Graubner: Amanda Palmer und Ben Folds sind international bekannte Künstler, die sich immer sehr um ihre Fans gekümmert haben und eine stabile Fan-Base haben. Für solche Künstler ist es natürlich ideal, ihre Alben über Crowdfunding zu finanzieren. In solchen Fällen macht es aus wirtschaftlichen Aspekten eigentlich für die Bands keinen Sinn, nach der Finanzierung wieder zurück zu einem Label zu gehen –  sie müssten dann wieder über Jahre hinweg Rechte abgeben und hätten weniger künstlerische Kontrolle über ihr Produkt.

Bei den HBlockx ist das ein wenig anders: Sie haben eine Plattenfirma im Hintergrund und das Crowdfunding mehr genutzt, um schon vor der Veröffentlichung des neuen Albums Aufmerksamkeit zu erregen. Das ist durchaus legitim und eine weitere Möglichkeit des Crowdfunding. Die tatsächliche Finanzierung der Veröffentlichung scheint aber in diesem Fall eher durch das Label zu erfolgen.

ikosom: Es gibt ja auch so genannte Vertriebsdeals mit den Plattenfirmen. Wenn der Künstler als sein eigenes Label ein Album über Crowdfunding finanziert: Wäre dann nicht ein anschließender Vertriebsdeal mit einem Label die für beide Seiten profitabelste Lösung?

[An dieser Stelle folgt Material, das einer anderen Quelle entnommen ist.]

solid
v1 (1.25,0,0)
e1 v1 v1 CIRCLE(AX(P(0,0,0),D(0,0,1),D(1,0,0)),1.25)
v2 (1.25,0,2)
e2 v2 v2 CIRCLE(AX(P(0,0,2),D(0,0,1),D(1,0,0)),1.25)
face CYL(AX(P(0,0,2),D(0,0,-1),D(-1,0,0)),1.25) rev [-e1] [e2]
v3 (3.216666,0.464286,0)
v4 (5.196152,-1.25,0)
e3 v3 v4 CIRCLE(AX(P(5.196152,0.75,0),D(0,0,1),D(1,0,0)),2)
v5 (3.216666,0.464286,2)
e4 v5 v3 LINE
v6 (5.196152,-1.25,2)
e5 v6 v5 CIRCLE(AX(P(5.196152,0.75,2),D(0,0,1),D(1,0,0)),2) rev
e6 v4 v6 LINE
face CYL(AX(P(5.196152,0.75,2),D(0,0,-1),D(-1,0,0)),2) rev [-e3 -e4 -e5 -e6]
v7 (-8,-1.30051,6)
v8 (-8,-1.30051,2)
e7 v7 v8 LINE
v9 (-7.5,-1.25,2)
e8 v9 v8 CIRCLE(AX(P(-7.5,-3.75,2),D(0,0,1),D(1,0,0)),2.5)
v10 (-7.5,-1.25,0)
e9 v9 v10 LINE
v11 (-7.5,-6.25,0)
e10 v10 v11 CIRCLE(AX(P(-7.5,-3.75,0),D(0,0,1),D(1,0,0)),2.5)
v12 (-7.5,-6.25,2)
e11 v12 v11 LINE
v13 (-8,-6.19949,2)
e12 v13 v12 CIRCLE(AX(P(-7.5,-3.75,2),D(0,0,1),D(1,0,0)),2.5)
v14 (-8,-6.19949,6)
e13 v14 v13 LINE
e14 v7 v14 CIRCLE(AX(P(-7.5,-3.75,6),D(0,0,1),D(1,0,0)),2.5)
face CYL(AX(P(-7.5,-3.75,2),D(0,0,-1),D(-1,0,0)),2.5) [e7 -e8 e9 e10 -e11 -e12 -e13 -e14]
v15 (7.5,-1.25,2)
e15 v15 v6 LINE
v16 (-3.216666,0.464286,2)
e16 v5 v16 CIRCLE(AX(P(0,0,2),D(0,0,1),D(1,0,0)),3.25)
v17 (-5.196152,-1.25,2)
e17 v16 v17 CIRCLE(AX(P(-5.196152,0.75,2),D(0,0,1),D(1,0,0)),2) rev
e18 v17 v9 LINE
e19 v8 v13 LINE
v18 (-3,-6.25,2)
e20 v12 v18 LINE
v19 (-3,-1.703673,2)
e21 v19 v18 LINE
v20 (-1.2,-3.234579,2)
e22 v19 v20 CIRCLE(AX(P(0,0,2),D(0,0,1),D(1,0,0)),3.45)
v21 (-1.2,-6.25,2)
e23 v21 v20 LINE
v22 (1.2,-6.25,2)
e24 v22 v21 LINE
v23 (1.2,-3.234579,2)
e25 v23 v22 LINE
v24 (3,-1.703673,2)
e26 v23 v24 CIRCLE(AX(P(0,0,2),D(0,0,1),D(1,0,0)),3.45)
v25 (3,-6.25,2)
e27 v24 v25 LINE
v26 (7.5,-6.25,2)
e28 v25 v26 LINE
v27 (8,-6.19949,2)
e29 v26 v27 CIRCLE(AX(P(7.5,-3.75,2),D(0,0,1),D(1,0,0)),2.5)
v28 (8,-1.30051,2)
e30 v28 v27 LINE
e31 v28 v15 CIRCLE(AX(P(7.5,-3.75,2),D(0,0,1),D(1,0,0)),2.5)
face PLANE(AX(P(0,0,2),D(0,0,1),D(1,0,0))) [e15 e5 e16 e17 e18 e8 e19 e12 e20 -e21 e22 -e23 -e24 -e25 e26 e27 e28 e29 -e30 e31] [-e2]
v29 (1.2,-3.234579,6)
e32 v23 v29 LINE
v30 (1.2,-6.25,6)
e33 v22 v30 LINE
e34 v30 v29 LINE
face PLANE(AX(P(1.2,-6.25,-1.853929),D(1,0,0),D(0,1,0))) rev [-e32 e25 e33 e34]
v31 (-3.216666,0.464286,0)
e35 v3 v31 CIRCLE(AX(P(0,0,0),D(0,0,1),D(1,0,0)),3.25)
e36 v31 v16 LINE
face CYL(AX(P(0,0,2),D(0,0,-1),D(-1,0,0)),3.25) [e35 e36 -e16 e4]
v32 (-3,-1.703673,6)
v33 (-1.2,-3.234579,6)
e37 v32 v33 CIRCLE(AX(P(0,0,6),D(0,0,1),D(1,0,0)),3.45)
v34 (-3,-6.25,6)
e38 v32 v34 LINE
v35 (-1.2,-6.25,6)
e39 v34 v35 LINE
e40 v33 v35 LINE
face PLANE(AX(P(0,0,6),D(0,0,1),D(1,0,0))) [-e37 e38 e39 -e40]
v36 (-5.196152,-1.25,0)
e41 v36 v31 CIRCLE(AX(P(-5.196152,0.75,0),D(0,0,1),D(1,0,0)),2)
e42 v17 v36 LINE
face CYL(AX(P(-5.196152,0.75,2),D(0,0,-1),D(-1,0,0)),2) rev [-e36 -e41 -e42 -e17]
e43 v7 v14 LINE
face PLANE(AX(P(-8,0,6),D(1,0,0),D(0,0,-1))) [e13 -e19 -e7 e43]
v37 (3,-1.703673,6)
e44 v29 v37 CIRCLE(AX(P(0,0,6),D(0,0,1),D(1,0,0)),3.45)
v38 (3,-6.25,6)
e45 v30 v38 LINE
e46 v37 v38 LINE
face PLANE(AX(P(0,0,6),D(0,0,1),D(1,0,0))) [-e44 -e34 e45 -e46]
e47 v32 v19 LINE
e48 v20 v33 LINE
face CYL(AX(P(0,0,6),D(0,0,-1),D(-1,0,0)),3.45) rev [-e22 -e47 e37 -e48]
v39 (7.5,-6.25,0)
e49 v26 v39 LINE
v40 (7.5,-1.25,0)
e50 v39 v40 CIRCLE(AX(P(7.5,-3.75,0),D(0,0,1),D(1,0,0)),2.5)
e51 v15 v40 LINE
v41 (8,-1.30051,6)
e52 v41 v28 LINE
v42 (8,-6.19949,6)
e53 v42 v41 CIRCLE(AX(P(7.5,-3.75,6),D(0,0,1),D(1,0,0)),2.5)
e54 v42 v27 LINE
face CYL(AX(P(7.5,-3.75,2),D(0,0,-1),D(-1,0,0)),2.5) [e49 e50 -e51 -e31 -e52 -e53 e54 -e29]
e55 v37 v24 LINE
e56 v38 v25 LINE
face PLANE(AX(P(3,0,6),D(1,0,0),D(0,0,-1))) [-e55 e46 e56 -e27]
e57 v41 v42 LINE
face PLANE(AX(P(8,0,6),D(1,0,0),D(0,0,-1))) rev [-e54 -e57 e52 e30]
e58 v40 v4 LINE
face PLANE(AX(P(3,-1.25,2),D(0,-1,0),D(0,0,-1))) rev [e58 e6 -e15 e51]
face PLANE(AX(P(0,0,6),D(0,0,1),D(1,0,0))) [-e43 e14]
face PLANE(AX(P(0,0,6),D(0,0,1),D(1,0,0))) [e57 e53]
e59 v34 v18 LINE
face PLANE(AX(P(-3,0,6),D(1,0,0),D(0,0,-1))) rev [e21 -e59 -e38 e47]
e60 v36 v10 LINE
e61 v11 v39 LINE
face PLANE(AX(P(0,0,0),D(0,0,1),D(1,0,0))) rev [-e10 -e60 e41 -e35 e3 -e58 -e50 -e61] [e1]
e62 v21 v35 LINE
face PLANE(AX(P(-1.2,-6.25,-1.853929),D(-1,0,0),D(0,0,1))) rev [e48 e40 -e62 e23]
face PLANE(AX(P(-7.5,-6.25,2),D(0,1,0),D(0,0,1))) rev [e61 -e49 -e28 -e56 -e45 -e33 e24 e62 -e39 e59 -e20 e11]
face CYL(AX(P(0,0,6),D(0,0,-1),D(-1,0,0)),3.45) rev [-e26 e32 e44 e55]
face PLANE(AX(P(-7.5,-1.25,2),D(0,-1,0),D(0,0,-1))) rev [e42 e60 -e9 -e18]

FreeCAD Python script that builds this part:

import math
import FreeCAD as App
import Part
import Sketcher

V = App.Vector


def edges_at(feature, points):
    """Names of the edges that pass closest to the given points."""
    edges = feature.Shape.Edges
    near = lambda p: min(range(len(edges)), key=lambda i: edges[i].distToShape(Part.Vertex(*p))[0])
    return sorted({f"Edge{near(p) + 1}" for p in points})


def add_polygon(sketch, points):
    """Adds a closed chain of lines whose ends are joined by coincident constraints."""
    first, n = sketch.GeometryCount, len(points)
    for a, b in zip(points, points[1:] + points[:1]):
        sketch.addGeometry(Part.LineSegment(App.Vector(*a, 0), App.Vector(*b, 0)), False)
    for i in range(n):
        sketch.addConstraint(Sketcher.Constraint("Coincident", first + i, 2, first + (i + 1) % n, 1))

doc = App.newDocument("Part")
body = doc.addObject("PartDesign::Body", "Body")

# Sketch on XY plane
sketch1 = doc.addObject("Sketcher::SketchObject", "Sketch")
body.addObject(sketch1)
sketch1.AttachmentSupport = (doc.XY_Plane, [""])
sketch1.MapMode = "FlatFace"
sketch1.addGeometry([
    Part.LineSegment(V(-3, -1.25, 0), V(-7.5, -1.25, 0)),  # 0
    Part.ArcOfCircle(Part.Circle(V(-7.5, -3.75, 0), V(0, 0, 1), 2.5), math.radians(90), math.radians(270)),  # 1
    Part.LineSegment(V(-7.5, -6.25, 0), V(7.5, -6.25, 0)),  # 2
    Part.ArcOfCircle(Part.Circle(V(7.5, -3.75, 0), V(0, 0, 1), 2.5), math.radians(-90), math.radians(90)),  # 3
    Part.LineSegment(V(7.5, -1.25, 0), V(3, -1.25, 0)),  # 4
    Part.ArcOfCircle(Part.Circle(V(0, 0, 0), V(0, 0, 1), 3.25), math.radians(-22.619865), math.radians(202.619865)),  # 5
    Part.Circle(V(0, 0, 0), V(0, 0, 1), 1.25),  # 6
], False)
sketch1.addConstraint([
    Sketcher.Constraint("Tangent", 0, 2, 1, 1),
    Sketcher.Constraint("Tangent", 1, 2, 2, 1),
    Sketcher.Constraint("Tangent", 2, 2, 3, 1),
    Sketcher.Constraint("Tangent", 3, 2, 4, 1),
    Sketcher.Constraint("Coincident", 4, 2, 5, 1),
    Sketcher.Constraint("Coincident", 5, 2, 0, 1),
    Sketcher.Constraint("Horizontal", 0),
    Sketcher.Constraint("Horizontal", 2),
    Sketcher.Constraint("Horizontal", 4),
    Sketcher.Constraint("Coincident", 5, 3, -1, 1),
    Sketcher.Constraint("Coincident", 6, 3, -1, 1),
    Sketcher.Constraint("Equal", 1, 3),
    Sketcher.Constraint("Equal", 0, 4),
    Sketcher.Constraint("Diameter", 6, 2.5),
    Sketcher.Constraint("Radius", 1, 2.5),
    Sketcher.Constraint("DistanceX", 2, 1, 2, 2, 15.0),
    Sketcher.Constraint("Radius", 5, 3.25),
    Sketcher.Constraint("DistanceX", 0, 2, 0, 1, 4.5),
])
pad1 = doc.addObject("PartDesign::Pad", "Pad")
body.addObject(pad1)
pad1.Profile = sketch1
pad1.Length = 2

# Sketch on XY plane
sketch2 = doc.addObject("Sketcher::SketchObject", "Sketch001")
body.addObject(sketch2)
sketch2.AttachmentSupport = (doc.XY_Plane, [""])
sketch2.MapMode = "FlatFace"
sketch2.AttachmentOffset = App.Placement(V(0, 0, 2), App.Rotation())
sketch2.addGeometry([
    Part.LineSegment(V(-8, -6.19949, 0), V(-8, -1.30051, 0)),  # 0
    Part.ArcOfCircle(Part.Circle(V(-7.5, -3.75, 0), V(0, 0, 1), 2.5), math.radians(101.536959), math.radians(258.463041)),  # 1
    Part.ArcOfCircle(Part.Circle(V(0, 0, 0), V(0, 0, 1), 3.45), math.radians(-150.408154), math.radians(-29.591846)),  # 2
    Part.LineSegment(V(-3, -1.703673, 0), V(-3, -6.25, 0)),  # 3
    Part.LineSegment(V(-3, -6.25, 0), V(3, -6.25, 0)),  # 4
    Part.LineSegment(V(3, -6.25, 0), V(3, -1.703673, 0)),  # 5
    Part.ArcOfCircle(Part.Circle(V(7.5, -3.75, 0), V(0, 0, 1), 2.5), math.radians(-78.463041), math.radians(78.463041)),  # 6
    Part.LineSegment(V(8, -1.30051, 0), V(8, -6.19949, 0)),  # 7
], False)
sketch2.addConstraint([
    Sketcher.Constraint("Coincident", 0, 1, 1, 2),
    Sketcher.Constraint("Coincident", 1, 1, 0, 2),
    Sketcher.Constraint("Coincident", 2, 1, 3, 1),
    Sketcher.Constraint("Coincident", 3, 2, 4, 1),
    Sketcher.Constraint("Coincident", 4, 2, 5, 1),
    Sketcher.Constraint("Coincident", 5, 2, 2, 2),
    Sketcher.Constraint("Coincident", 6, 1, 7, 2),
    Sketcher.Constraint("Coincident", 7, 1, 6, 2),
    Sketcher.Constraint("Vertical", 0),
    Sketcher.Constraint("Vertical", 3),
    Sketcher.Constraint("Horizontal", 4),
    Sketcher.Constraint("Vertical", 5),
    Sketcher.Constraint("Vertical", 7),
    Sketcher.Constraint("Coincident", 2, 3, -1, 1),
    Sketcher.Constraint("Equal", 1, 6),
    Sketcher.Constraint("Symmetric", 1, 3, 6, 3, -2),
    Sketcher.Constraint("Horizontal", 2, 1, 5, 2),
    Sketcher.Constraint("Horizontal", 0, 1, 6, 1),
    Sketcher.Constraint("Radius", 1, 2.5),
    Sketcher.Constraint("DistanceX", 4, 1, 4, 2, 6.0),
    Sketcher.Constraint("Radius", 2, 3.45),
    Sketcher.Constraint("DistanceX", 0, 1, -1, 1, 8.0),
    Sketcher.Constraint("DistanceX", 1, 3, 6, 3, 15.0),
    Sketcher.Constraint("DistanceY", 3, 2, 1, 3, 2.5),
    Sketcher.Constraint("DistanceY", 1, 3, -1, 1, 3.75),
])
pad2 = doc.addObject("PartDesign::Pad", "Pad001")
body.addObject(pad2)
pad2.Profile = sketch2
pad2.Length = 4
doc.recompute()

fillet = doc.addObject("PartDesign::Fillet", "Fillet")
body.addObject(fillet)
fillet.Base = (pad2, edges_at(pad2, [(3, -1.25, 1), (-3, -1.25, 1)]))
fillet.Radius = 2

# Sketch on XY plane
sketch3 = doc.addObject("Sketcher::SketchObject", "Sketch002")
body.addObject(sketch3)
sketch3.AttachmentSupport = (doc.XY_Plane, [""])
sketch3.MapMode = "FlatFace"
sketch3.AttachmentOffset = App.Placement(V(0, 0, 6), App.Rotation())
add_polygon(sketch3, [(-1.2, -3.234579), (-1.2, -6.25), (1.2, -6.25), (1.2, -3.234579)])  # lines 0-3
sketch3.addConstraint([
    Sketcher.Constraint("Vertical", 0),
    Sketcher.Constraint("Horizontal", 1),
    Sketcher.Constraint("Vertical", 2),
    Sketcher.Constraint("Horizontal", 3),
    Sketcher.Constraint("DistanceX", 1, 1, 1, 2, 2.4),
    Sketcher.Constraint("DistanceX", 0, 2, -1, 1, 1.2),
    Sketcher.Constraint("DistanceY", 0, 2, -1, 1, 6.25),
    Sketcher.Constraint("DistanceY", 0, 2, 0, 1, 3.015421),
])
pocket1 = doc.addObject("PartDesign::Pocket", "Pocket")
body.addObject(pocket1)
pocket1.Profile = sketch3
pocket1.Length = 4

doc.recompute()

Graubner: Ein richtig großer Künstler kann bei einem Vertriebsdeal einen Vorschuss von der Plattenfirma einholen und so die Produktion finanzieren. Oder auch direkt einen Vertriebsdeal mit einem Vertrieb ohne Plattenfirma abschließen und sozusagen seine eigene Plattenfirma sein. Er müsste also nicht mehr den Umweg über Crowdfunding gehen. Bei kleineren Labeln und Künstlern ist das aber ein durchaus gangbarer Weg. Allerdings bedeutet das – wie schon oben erwähnt – doch für den Künstler ein erhebliches finanzielles Risiko. Das muss schon genau überlegt sein und ist zur Zeit für einen Newcomer noch eher unrealistisch.
Eine gute Option für Newcomer ist es natürlich, Crowdfunding zu nutzen, um den notwendigen Eigenfinanzierungsanteil für eine öffentliche Förderung zu erwirtschaften – z.B. durch die Initiative Musik. Wir werden uns in naher Zeit mit der Initiative Musik treffen, um darüber zu sprechen, welche Möglichkeiten es hier für Künstler gibt.

Generell gibt Crowdfunding den Künstlern ein Instrument an die Hand, das sich zukünftig noch sehr weiterentwickeln wird. Deshalb könnte es sein, dass Crowdfunding – egal ob auf einer Plattform oder über die eigene Website – zukünftig auch für große Künstler interessanter werden wird. In den USA haben wir es an Amanda Palmer gesehen: Sobald wir hier in Deutschland auch einmal ein ebenso extrem erfolgreiches Projekt haben, wird Crowdfunding einen ganz neuen Stellenwert in der Branche haben.